As this is a feasibility study, a full economic evaluation is premature as the sample is small and costs are highly variable in this population which can lead to inaccurate results. However, piloting of economic outcomes and service use questionnaires is advisable. To assess the feasibility and acceptability of economic-related measures in this population, the Adult Service Use Schedule (AD-SUS) [62‐64], European Quality of Life-5 Dimensions 3 level (EQ-5D-3 L) [63‐65] and the 12-item Short Form Health Survey (SF-12) version 2 [66] will be piloted. We will not perform an economic evaluation but will explore completion rates and missing data for the AD-SUS, EQ-5D-3 L and SF-12. Additionally, we will explore resources described in the free-text sections of the AD-SUS to determine if any frequently used resources have been omitted. The AD-SUS will be used to measure individual-level resource use. It has been successfully applied in a range of adult mental health populations [62‐64]. Further, for use in this study, the AD-SUS has been modified based on clinical expertise, and our LEAP service user group feedback. The AD-SUS records all-cause hospital- and community-based health- and social-care services including the use of psychotropic medication. The AD-SUS will be completed in interviews with participants and collected at baseline, at the end of intervention (6 weeks after randomisation) and at 3-month follow-up. The EQ-5D-3 L [65, 67, 68] is a self-completion instrument used to measure health-related quality of life. It consists of five domains (mobility, self-care, usual activities, pain/discomfort and anxiety/depression) and a rating of own health by means of a VAS. Respondents report difficulties in each area on three levels (none, some/moderate, extreme). The SF-12 [66] is also a health-related quality of life measure. It consists of eight domains (physical functioning, social functioning, physical role limitations, emotional role limitations, energy, pain, mental health and general health perceptions). Two summary scores are produced: the mental health component score and the physical health component score. Both the EQ-5D-3 L and the SF-12 will be completed at baseline and at 3-month follow-up. They can be used to generate health states, utility values and quality-adjusted life-years (QALYs) when appropriate.

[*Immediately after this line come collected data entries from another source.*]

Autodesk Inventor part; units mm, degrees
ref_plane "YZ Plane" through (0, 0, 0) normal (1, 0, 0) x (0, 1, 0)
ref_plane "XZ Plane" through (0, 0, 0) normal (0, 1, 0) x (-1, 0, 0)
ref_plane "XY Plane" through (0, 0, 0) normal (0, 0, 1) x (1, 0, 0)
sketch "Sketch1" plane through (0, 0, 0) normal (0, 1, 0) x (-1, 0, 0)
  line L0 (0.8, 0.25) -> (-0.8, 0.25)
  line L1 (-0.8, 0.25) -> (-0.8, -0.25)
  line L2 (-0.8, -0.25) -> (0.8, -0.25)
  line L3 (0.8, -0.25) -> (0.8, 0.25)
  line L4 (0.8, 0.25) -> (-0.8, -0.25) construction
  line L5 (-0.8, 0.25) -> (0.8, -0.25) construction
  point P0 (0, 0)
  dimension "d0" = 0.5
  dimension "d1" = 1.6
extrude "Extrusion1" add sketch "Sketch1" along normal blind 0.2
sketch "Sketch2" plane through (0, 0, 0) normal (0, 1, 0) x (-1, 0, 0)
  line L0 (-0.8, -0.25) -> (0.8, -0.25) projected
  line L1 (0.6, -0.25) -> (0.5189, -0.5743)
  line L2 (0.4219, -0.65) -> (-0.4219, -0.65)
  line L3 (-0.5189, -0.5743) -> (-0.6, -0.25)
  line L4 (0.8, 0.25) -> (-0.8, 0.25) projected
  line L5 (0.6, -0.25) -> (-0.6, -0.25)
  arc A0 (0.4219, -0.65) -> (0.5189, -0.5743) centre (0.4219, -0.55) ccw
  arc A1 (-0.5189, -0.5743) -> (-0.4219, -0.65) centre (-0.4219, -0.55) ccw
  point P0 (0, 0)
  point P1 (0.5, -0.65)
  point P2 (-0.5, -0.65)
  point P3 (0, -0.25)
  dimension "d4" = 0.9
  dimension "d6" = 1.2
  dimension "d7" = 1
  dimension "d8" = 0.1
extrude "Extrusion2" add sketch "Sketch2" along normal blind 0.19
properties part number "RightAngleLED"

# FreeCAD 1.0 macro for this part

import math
import FreeCAD as App
import Part
import Sketcher
from FreeCAD import Vector
Q = App.Units.Quantity


def add_polygon(sketch, points):
    """Adds a closed chain of lines whose ends are joined by coincident constraints."""
    first, n = sketch.GeometryCount, len(points)
    for a, b in zip(points, points[1:] + points[:1]):
        sketch.addGeometry(Part.LineSegment(App.Vector(*a, 0), App.Vector(*b, 0)), False)
    for i in range(n):
        sketch.addConstraint(Sketcher.Constraint("Coincident", first + i, 2, first + (i + 1) % n, 1))

doc = App.newDocument("Part")
body = doc.addObject("PartDesign::Body", "Body")

# Sketch on XZ plane
sketch1 = body.newObject("Sketcher::SketchObject", "Sketch")
sketch1.AttachmentSupport = (doc.getObject("XZ_Plane"), [""])
sketch1.MapMode = "FlatFace"
add_polygon(sketch1, [(-0.8, -0.2), (-0.8, 0.2), (0.8, 0.2), (0.8, -0.2)])  # lines 0-3
sketch1.addConstraint([
    Sketcher.Constraint("Vertical", 0),
    Sketcher.Constraint("Horizontal", 1),
    Sketcher.Constraint("Vertical", 2),
    Sketcher.Constraint("Horizontal", 3),
    Sketcher.Constraint("Symmetric", 0, 2, 2, 2, -1, 1),
    Sketcher.Constraint("DistanceX", 1, 1, 1, 2, 1.6),
    Sketcher.Constraint("DistanceY", 0, 1, 0, 2, 0.5),
])
pad1 = body.newObject("PartDesign::Pad", "Pad")
pad1.Profile = sketch1
pad1.Length = 0.2
pad1.Reversed = True

# Sketch on XZ plane
sketch2 = body.newObject("Sketcher::SketchObject", "Sketch001")
sketch2.AttachmentSupport = (doc.getObject("XZ_Plane"), [""])
sketch2.MapMode = "FlatFace"
sketch2.addGeometry([
    Part.LineSegment(Vector(-0.6, -0.25, 0), Vector(0.6, -0.25, 0)),  # 0
    Part.LineSegment(Vector(0.6, -0.25, 0), Vector(0.52, -0.57, 0)),  # 1
    Part.ArcOfCircle(Part.Circle(Vector(0.42, -0.55, 0), Vector(0, 0, 1), 0.1), math.radians(-90), math.radians(-14)),  # 2
    Part.LineSegment(Vector(0.42, -0.65, 0), Vector(-0.42, -0.65, 0)),  # 3
    Part.ArcOfCircle(Part.Circle(Vector(-0.42, -0.55, 0), Vector(0, 0, 1), 0.1), math.radians(-166), math.radians(-90)),  # 4
    Part.LineSegment(Vector(-0.52, -0.57, 0), Vector(-0.6, -0.25, 0)),  # 5
], False)
sketch2.addConstraint([
    Sketcher.Constraint("Coincident", 0, 2, 1, 1),
    Sketcher.Constraint("Tangent", 1, 2, 2, 2),
    Sketcher.Constraint("Tangent", 2, 1, 3, 1),
    Sketcher.Constraint("Tangent", 3, 2, 4, 2),
    Sketcher.Constraint("Tangent", 4, 1, 5, 1),
    Sketcher.Constraint("Coincident", 5, 2, 0, 1),
    Sketcher.Constraint("Horizontal", 0),
    Sketcher.Constraint("Horizontal", 3),
    Sketcher.Constraint("Equal", 2, 4),
    Sketcher.Constraint("Symmetric", 1, 2, 4, 1, -2),
    Sketcher.Constraint("Radius", 2, 0.1),
    Sketcher.Constraint("DistanceX", 0, 1, 0, 2, 1.2),
    Sketcher.Constraint("Angle", 1, Q("-104.0404 deg")),
    Sketcher.Constraint("DistanceY", 2, 3, 0, 2, 0.3),
    Sketcher.Constraint("DistanceY", 2, 3, -1, 1, 0.55),
])
pad2 = body.newObject("PartDesign::Pad", "Pad001")
pad2.Profile = sketch2
pad2.Length = 0.19
pad2.Reversed = True

doc.recompute()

Data will be transcribed by study researchers for thematic analysis. The LEAP group will be involved in identifying themes and codes, supported by McPin’s previous similar experience. Data will be analysed using the principles of grounded theory and framework analysis [69‐71]. In this approach, categories or themes emerge naturally from the data during an iterative process of coding and revision that can identify recurrent patterns of views/experiences.